# Reinitialisation du gestionnaire d'energie



## jeserlecter (7 Juin 2009)

Bonjour
Voila je suis equipé d'un powerbookG4, 1ghz, 15" serie FW800 d'apres mactracker

Probleme, apple a annoncé qu'il ne traite plus ce modele...

J'ai un gros soucis, je pene que ma pile interne est naze (si toutefois il y'en a bien une sur cette serie)

Habituellement, j'ai souvent laisser le pb sur alimentation lors de son utilisation, la batterie est assez recente (moins de 2 ans, voir meme  mois d'1an et demi)
Seulement voila, elle ne tient pas... disons 25 minutes a toute casser. meme quand elle est en statut rechargée et qu'elle m'annonce 1h40 d'autonomie).. et si il s'eteint seul, au rallumage, je suis en 1970...

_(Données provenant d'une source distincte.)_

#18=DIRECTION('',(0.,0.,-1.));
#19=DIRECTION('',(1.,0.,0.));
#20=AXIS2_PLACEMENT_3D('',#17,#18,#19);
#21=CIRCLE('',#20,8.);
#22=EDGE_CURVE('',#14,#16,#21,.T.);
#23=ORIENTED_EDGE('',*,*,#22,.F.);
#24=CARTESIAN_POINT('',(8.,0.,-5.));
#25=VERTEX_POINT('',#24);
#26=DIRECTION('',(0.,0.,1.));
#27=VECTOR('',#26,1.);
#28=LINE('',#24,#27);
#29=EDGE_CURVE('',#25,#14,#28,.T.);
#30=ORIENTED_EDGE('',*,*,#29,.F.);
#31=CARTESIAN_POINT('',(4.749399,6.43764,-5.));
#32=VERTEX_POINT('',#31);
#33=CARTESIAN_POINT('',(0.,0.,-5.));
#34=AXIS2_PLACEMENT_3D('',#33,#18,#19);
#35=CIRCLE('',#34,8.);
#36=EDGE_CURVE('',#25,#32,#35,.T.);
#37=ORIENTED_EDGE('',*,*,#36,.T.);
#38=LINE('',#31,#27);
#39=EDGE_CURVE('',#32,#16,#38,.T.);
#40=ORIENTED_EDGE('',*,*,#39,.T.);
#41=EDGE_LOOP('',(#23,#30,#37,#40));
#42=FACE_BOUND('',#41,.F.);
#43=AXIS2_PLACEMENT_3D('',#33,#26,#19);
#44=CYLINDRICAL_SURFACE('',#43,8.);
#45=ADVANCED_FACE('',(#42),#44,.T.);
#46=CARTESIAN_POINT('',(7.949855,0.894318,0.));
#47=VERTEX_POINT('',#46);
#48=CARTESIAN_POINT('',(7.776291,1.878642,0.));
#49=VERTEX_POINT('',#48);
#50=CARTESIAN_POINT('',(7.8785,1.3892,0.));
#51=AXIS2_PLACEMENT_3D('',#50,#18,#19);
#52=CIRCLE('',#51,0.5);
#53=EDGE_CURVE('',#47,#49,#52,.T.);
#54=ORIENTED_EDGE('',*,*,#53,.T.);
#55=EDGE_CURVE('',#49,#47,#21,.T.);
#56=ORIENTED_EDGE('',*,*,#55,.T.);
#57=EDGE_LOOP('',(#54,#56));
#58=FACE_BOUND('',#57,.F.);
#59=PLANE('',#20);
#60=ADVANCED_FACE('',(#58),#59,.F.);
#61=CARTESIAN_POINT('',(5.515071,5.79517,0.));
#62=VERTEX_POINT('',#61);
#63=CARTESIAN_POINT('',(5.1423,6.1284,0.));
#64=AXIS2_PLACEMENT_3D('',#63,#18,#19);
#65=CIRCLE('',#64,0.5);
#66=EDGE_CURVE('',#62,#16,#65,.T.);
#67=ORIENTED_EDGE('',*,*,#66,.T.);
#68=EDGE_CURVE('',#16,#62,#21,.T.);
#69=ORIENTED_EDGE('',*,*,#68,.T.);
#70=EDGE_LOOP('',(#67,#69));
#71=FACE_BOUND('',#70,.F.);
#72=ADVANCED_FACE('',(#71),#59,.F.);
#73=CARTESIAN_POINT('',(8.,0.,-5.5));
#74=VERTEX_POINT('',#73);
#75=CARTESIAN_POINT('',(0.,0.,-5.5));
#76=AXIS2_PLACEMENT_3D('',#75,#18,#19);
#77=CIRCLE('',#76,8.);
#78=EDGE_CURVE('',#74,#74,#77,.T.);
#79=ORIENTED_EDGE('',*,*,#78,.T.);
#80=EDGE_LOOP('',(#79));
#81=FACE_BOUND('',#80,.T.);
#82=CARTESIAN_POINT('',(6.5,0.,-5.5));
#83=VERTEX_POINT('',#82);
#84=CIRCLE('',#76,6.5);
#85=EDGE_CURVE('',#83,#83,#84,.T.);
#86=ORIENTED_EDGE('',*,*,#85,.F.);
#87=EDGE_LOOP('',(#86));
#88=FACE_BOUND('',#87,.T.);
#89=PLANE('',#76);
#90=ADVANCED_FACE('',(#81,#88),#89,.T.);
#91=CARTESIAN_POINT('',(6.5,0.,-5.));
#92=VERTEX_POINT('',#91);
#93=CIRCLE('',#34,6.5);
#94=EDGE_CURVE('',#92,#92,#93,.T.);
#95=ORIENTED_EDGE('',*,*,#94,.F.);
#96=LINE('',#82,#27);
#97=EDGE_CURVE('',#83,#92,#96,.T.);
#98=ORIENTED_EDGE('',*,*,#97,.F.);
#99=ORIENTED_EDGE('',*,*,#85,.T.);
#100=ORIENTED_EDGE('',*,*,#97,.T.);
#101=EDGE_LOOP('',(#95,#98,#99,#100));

Quels test puis je faire pour m'assurer que cela ne vient pas de la batterie?

Je voulais ausi faire une reinitialisation du gestionnaire d'energie, pour deja voir si cela arrange un peu les chose (et voir si ce n'est pas finalement ma batterie qui est finalement naze)
D'une part je n'arrive pas a retrouver la manip, 
D'autre part, est ce que cela affecte mes documents sur mon DD ?
Comment changer cette fameuse pile interne?

Merci a vous


----------



## pascalformac (7 Juin 2009)

tu devrais faire un reset de CMU PMU et de pram
( c'est dans ta doc ou en ligne , procedures propres à chaque modele)

 les cafouillages de dates c'est un signe  classique de besoin de reset


----------



## -oldmac- (7 Juin 2009)

Oui et aussi installe coconutBatterie, pour voir l'état de vide de la batterie (il faut que tu sois sous Tiger)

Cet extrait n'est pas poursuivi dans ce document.